This paper focuses on applying an interval recursive least-squares (RLS) filter to a video target tracking problem. An RLS filter can be sensitive to variations in filter parameters and disturbance to state observations to make the solutions impractical in practical problems. Specially, in the application of video target tracking using an RLS filter, inaccurate parameters in the affine model may result in noticeable deviations from true target positions to lose the target. To make results robust, each filter parameter and state observation is allowed to vary in an interval. Motivated by this idea, an interval RLS filter is proposed to produce state estimation and prediction by narrow intervals. Simulations show that an interval RLS filter is robust to state and observation noise and variations in filter parameters and state observations, and outperforms an interval Kalman filter. Using an interval RLS filter, a video target tracking algorithm is developed to estimate the target position in each frame. The proposed tracking algorithm using an interval RLS filter is robust to noise in video sequences and error of the affine models, and outperforms that using an RLS filter. Performance evaluations using real-world video sequences are provided to demonstrate effectiveness of the proposed algorithm.

Paper Details

Date Published: 17 April 2008
PDF: 12 pages
Proc.
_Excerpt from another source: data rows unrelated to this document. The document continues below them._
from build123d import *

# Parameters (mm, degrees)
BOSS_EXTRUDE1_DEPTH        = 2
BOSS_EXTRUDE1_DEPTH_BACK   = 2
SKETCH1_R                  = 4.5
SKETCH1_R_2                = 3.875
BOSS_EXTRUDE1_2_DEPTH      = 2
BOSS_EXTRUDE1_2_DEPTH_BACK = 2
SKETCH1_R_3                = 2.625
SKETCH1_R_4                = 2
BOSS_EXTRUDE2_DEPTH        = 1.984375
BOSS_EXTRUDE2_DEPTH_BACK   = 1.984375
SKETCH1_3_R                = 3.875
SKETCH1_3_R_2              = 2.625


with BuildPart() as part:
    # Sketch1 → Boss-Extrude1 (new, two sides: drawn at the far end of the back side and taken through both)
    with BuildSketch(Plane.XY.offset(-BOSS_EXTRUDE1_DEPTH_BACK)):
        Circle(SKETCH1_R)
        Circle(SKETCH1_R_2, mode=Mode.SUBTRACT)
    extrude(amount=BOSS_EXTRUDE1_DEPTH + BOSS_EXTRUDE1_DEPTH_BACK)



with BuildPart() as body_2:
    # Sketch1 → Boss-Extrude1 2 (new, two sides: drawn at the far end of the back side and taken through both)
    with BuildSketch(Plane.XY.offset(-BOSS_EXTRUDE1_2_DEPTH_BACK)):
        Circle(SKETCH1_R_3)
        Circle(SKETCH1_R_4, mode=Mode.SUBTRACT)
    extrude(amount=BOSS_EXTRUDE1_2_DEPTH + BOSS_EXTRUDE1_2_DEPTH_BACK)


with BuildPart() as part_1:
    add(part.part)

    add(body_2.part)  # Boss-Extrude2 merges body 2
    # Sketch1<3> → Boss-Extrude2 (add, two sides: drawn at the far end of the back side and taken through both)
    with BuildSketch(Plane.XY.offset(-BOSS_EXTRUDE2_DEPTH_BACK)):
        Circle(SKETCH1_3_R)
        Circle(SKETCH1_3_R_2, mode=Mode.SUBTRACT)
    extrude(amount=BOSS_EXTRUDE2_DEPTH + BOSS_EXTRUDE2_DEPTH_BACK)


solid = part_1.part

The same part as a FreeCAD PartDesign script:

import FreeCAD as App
import Part
import Sketcher

V = App.Vector
Q = App.Units.Quantity

doc = App.newDocument("Part")
body = doc.addObject("PartDesign::Body", "Body")

# Sketch on XY plane
sketch1 = doc.addObject("Sketcher::SketchObject", "Sketch")
body.addObject(sketch1)
sketch1.AttachmentSupport = (doc.XY_Plane, [""])
sketch1.MapMode = "FlatFace"
sketch1.addGeometry(Part.Circle(V(0, 0, 0), V(0, 0, 1), 4.5), False)
sketch1.addGeometry(Part.Circle(V(0, 0, 0), V(0, 0, 1), 3.875), False)
sketch1.addConstraint(Sketcher.Constraint("Coincident", 0, 3, -1, 1))
sketch1.addConstraint(Sketcher.Constraint("Coincident", 1, 3, -1, 1))
sketch1.addConstraint(Sketcher.Constraint("Diameter", 0, Q("9 mm")))
sketch1.addConstraint(Sketcher.Constraint("Diameter", 1, Q("7.75 mm")))
pad1 = doc.addObject("PartDesign::Pad", "Pad")
body.addObject(pad1)
pad1.Profile = sketch1
pad1.Type = "TwoLengths"
pad1.Length = 2
pad1.Length2 = 2
body2 = doc.addObject("PartDesign::Body", "Body001")

# Sketch on XY plane
sketch2 = doc.addObject("Sketcher::SketchObject", "Sketch001")
body2.addObject(sketch2)
sketch2.AttachmentSupport = (doc.getObject("XY_Plane001"), [""])
sketch2.MapMode = "FlatFace"
sketch2.addGeometry(Part.Circle(V(0, 0, 0), V(0, 0, 1), 2.625), False)
sketch2.addGeometry(Part.Circle(V(0, 0, 0), V(0, 0, 1), 2), False)
sketch2.addConstraint(Sketcher.Constraint("Coincident", 0, 3, -1, 1))
sketch2.addConstraint(Sketcher.Constraint("Coincident", 1, 3, -1, 1))
sketch2.addConstraint(Sketcher.Constraint("Diameter", 1, Q("4 mm")))
sketch2.addConstraint(Sketcher.Constraint("Diameter", 0, Q("5.25 mm")))
pad2 = doc.addObject("PartDesign::Pad", "Pad001")
body2.addObject(pad2)
pad2.Profile = sketch2
pad2.Type = "TwoLengths"
pad2.Length = 2
pad2.Length2 = 2
body.AllowCompound = True
doc.recompute()

boolean = doc.addObject("PartDesign::Boolean", "Boolean")
body.addObject(boolean)
boolean.Type = "Fuse"
boolean.addObjects([body2])

# Sketch on XY plane
sketch3 = doc.addObject("Sketcher::SketchObject", "Sketch002")
body.addObject(sketch3)
sketch3.AttachmentSupport = (doc.XY_Plane, [""])
sketch3.MapMode = "FlatFace"
sketch3.addGeometry(Part.Circle(V(0, 0, 0), V(0, 0, 1), 3.875), False)
sketch3.addGeometry(Part.Circle(V(0, 0, 0), V(0, 0, 1), 2.625), False)
sketch3.addConstraint(Sketcher.Constraint("Coincident", 0, 3, -1, 1))
sketch3.addConstraint(Sketcher.Constraint("Coincident", 1, 3, -1, 1))
sketch3.addConstraint(Sketcher.Constraint("Diameter", 0, Q("7.75 mm")))
sketch3.addConstraint(Sketcher.Constraint("Diameter", 1, Q("5.25 mm")))
pad3 = doc.addObject("PartDesign::Pad", "Pad002")
body.addObject(pad3)
pad3.Profile = sketch3
pad3.Type = "TwoLengths"
pad3.Length = 1.984375
pad3.Length2 = 1.984375

doc.recompute()
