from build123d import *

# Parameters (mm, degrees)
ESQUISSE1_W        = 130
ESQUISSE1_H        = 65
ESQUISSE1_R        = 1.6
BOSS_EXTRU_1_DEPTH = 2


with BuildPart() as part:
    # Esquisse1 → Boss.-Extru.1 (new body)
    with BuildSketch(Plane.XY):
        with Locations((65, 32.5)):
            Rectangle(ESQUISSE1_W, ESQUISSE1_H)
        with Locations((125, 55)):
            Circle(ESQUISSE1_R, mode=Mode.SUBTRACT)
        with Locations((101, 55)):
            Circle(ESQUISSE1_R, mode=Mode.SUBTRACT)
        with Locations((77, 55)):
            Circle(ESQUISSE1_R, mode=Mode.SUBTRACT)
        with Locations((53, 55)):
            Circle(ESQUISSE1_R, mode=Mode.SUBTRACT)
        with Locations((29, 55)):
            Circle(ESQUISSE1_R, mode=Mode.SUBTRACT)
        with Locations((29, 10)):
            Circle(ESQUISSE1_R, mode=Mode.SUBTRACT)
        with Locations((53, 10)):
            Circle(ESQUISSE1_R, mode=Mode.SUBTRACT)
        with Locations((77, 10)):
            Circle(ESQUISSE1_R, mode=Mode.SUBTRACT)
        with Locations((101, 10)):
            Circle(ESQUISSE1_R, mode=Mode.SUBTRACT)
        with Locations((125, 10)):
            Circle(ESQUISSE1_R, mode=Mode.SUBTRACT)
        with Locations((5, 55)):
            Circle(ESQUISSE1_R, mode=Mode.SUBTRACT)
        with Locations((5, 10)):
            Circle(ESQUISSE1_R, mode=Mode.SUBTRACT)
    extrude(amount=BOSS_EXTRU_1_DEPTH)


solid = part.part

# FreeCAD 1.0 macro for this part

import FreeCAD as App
import Part
import Sketcher

doc = App.newDocument("Part")
params = doc.addObject("Spreadsheet::Sheet", "Params")
for row, (alias, value) in enumerate([
    ("sketch1_diameter", "3.2 mm"),
    ("sketch1_width", "130 mm"),
    ("sketch1_height", "65 mm"),
    ("pad1_length", "2 mm"),
], start=1):
    params.set(f"A{row}", alias)
    params.set(f"B{row}", "=" + value)
    params.setAlias(f"B{row}", alias)

body = doc.addObject("PartDesign::Body", "Body")

# Sketch on XY plane
sketch1 = body.newObject("Sketcher::SketchObject", "Sketch")
sketch1.AttachmentSupport = (doc.getObject("XY_Plane"), [""])
sketch1.MapMode = "FlatFace"
sketch1.addGeometry(Part.LineSegment(App.Vector(0, 65, 0), App.Vector(0, 0, 0)), False)
sketch1.addGeometry(Part.LineSegment(App.Vector(0, 0, 0), App.Vector(130, 0, 0)), False)
sketch1.addGeometry(Part.LineSegment(App.Vector(130, 0, 0), App.Vector(130, 65, 0)), False)
sketch1.addGeometry(Part.LineSegment(App.Vector(130, 65, 0), App.Vector(0, 65, 0)), False)
sketch1.addGeometry(Part.Circle(App.Vector(5, 10, 0), App.Vector(0, 0, 1), 1.6), False)
sketch1.addGeometry(Part.Circle(App.Vector(29, 10, 0), App.Vector(0, 0, 1), 1.6), False)
sketch1.addGeometry(Part.Circle(App.Vector(53, 10, 0), App.Vector(0, 0, 1), 1.6), False)
sketch1.addGeometry(Part.Circle(App.Vector(77, 10, 0), App.Vector(0, 0, 1), 1.6), False)
sketch1.addGeometry(Part.Circle(App.Vector(101, 10, 0), App.Vector(0, 0, 1), 1.6), False)
sketch1.addGeometry(Part.Circle(App.Vector(125, 10, 0), App.Vector(0, 0, 1), 1.6), False)
sketch1.addGeometry(Part.Circle(App.Vector(5, 55, 0), App.Vector(0, 0, 1), 1.6), False)
sketch1.addGeometry(Part.Circle(App.Vector(29, 55, 0), App.Vector(0, 0, 1), 1.6), False)
sketch1.addGeometry(Part.Circle(App.Vector(53, 55, 0), App.Vector(0, 0, 1), 1.6), False)
sketch1.addGeometry(Part.Circle(App.Vector(77, 55, 0), App.Vector(0, 0, 1), 1.6), False)
sketch1.addGeometry(Part.Circle(App.Vector(101, 55, 0), App.Vector(0, 0, 1), 1.6), False)
sketch1.addGeometry(Part.Circle(App.Vector(125, 55, 0), App.Vector(0, 0, 1), 1.6), False)
sketch1.addConstraint(Sketcher.Constraint("Coincident", 0, 2, 1, 1))
sketch1.addConstraint(Sketcher.Constraint("Coincident", 1, 2, 2, 1))
sketch1.addConstraint(Sketcher.Constraint("Coincident", 2, 2, 3, 1))
sketch1.addConstraint(Sketcher.Constraint("Coincident", 3, 2, 0, 1))
sketch1.addConstraint(Sketcher.Constraint("Vertical", 0))
sketch1.addConstraint(Sketcher.Constraint("Horizontal", 1))
sketch1.addConstraint(Sketcher.Constraint("Vertical", 2))
sketch1.addConstraint(Sketcher.Constraint("Horizontal", 3))
sketch1.addConstraint(Sketcher.Constraint("Coincident", 0, 2, -1, 1))
sketch1.addConstraint(Sketcher.Constraint("Equal", 4, 5))
sketch1.addConstraint(Sketcher.Constraint("Equal", 5, 6))
sketch1.addConstraint(Sketcher.Constraint("Equal", 6, 7))
sketch1.addConstraint(Sketcher.Constraint("Equal", 7, 8))
sketch1.addConstraint(Sketcher.Constraint("Equal", 8, 9))
sketch1.addConstraint(Sketcher.Constraint("Equal", 9, 10))
sketch1.addConstraint(Sketcher.Constraint("Equal", 10, 11))
sketch1.addConstraint(Sketcher.Constraint("Equal", 11, 12))
sketch1.addConstraint(Sketcher.Constraint("Equal", 12, 13))
sketch1.addConstraint(Sketcher.Constraint("Equal", 13, 14))
sketch1.addConstraint(Sketcher.Constraint("Equal", 14, 15))
sketch1.addConstraint(Sketcher.Constraint("Horizontal", 4, 3, 5, 3))
sketch1.addConstraint(Sketcher.Constraint("Horizontal", 5, 3, 6, 3))
sketch1.addConstraint(Sketcher.Constraint("Horizontal", 6, 3, 7, 3))
sketch1.addConstraint(Sketcher.Constraint("Horizontal", 7, 3, 8, 3))
sketch1.addConstraint(Sketcher.Constraint("Horizontal", 8, 3, 9, 3))
sketch1.addConstraint(Sketcher.Constraint("Horizontal", 10, 3, 11, 3))
sketch1.addConstraint(Sketcher.Constraint("Horizontal", 11, 3, 12, 3))
sketch1.addConstraint(Sketcher.Constraint("Horizontal", 12, 3, 13, 3))
sketch1.addConstraint(Sketcher.Constraint("Horizontal", 13, 3, 14, 3))
sketch1.addConstraint(Sketcher.Constraint("Horizontal", 14, 3, 15, 3))
sketch1.addConstraint(Sketcher.Constraint("Vertical", 4, 3, 10, 3))
sketch1.addConstraint(Sketcher.Constraint("Vertical", 5, 3, 11, 3))
sketch1.addConstraint(Sketcher.Constraint("Vertical", 6, 3, 12, 3))
sketch1.addConstraint(Sketcher.Constraint("Vertical", 7, 3, 13, 3))
sketch1.addConstraint(Sketcher.Constraint("Vertical", 8, 3, 14, 3))
sketch1.addConstraint(Sketcher.Constraint("Vertical", 9, 3, 15, 3))
sketch1.addConstraint(Sketcher.Constraint("Diameter", 4, 3.2))
sketch1.addConstraint(Sketcher.Constraint("DistanceX", 1, 1, 1, 2, 130.0))
sketch1.addConstraint(Sketcher.Constraint("DistanceY", 0, 2, 0, 1, 65.0))
sketch1.addConstraint(Sketcher.Constraint("DistanceX", -1, 1, 4, 3, 5.0))
sketch1.addConstraint(Sketcher.Constraint("DistanceY", -1, 1, 4, 3, 10.0))
sketch1.addConstraint(Sketcher.Constraint("DistanceX", -1, 1, 5, 3, 29.0))
sketch1.addConstraint(Sketcher.Constraint("DistanceX", -1, 1, 6, 3, 53.0))
sketch1.addConstraint(Sketcher.Constraint("DistanceX", -1, 1, 7, 3, 77.0))
sketch1.addConstraint(Sketcher.Constraint("DistanceX", -1, 1, 8, 3, 101.0))
sketch1.addConstraint(Sketcher.Constraint("DistanceX", -1, 1, 9, 3, 125.0))
sketch1.addConstraint(Sketcher.Constraint("DistanceY", -1, 1, 10, 3, 55.0))
sketch1.setExpression("Constraints[36]", "Params.sketch1_diameter")
sketch1.setExpression("Constraints[37]", "Params.sketch1_width")
sketch1.setExpression("Constraints[38]", "Params.sketch1_height")
pad1 = body.newObject("PartDesign::Pad", "Pad")
pad1.Profile = sketch1
pad1.setExpression("Length", "Params.pad1_length")

doc.recompute()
SPIE 6968, Signal Processing, Sensor Fusion, and Target Recognition XVII, 69681D (17 April 2008); doi: 10.1117/12.777226
Show Author Affiliations
Baohua Li, Arizona State Univ. (United States)
Changchun Li, Arizona State Univ. (United States)
Jennie Si, Arizona State Univ. (United States)
Glen Abousleman, General Dynamics C4 Systems (United States)


Published in SPIE Proceedings Vol. 6968:
Signal Processing, Sensor Fusion, and Target Recognition XVII
Ivan Kadar, Editor(s)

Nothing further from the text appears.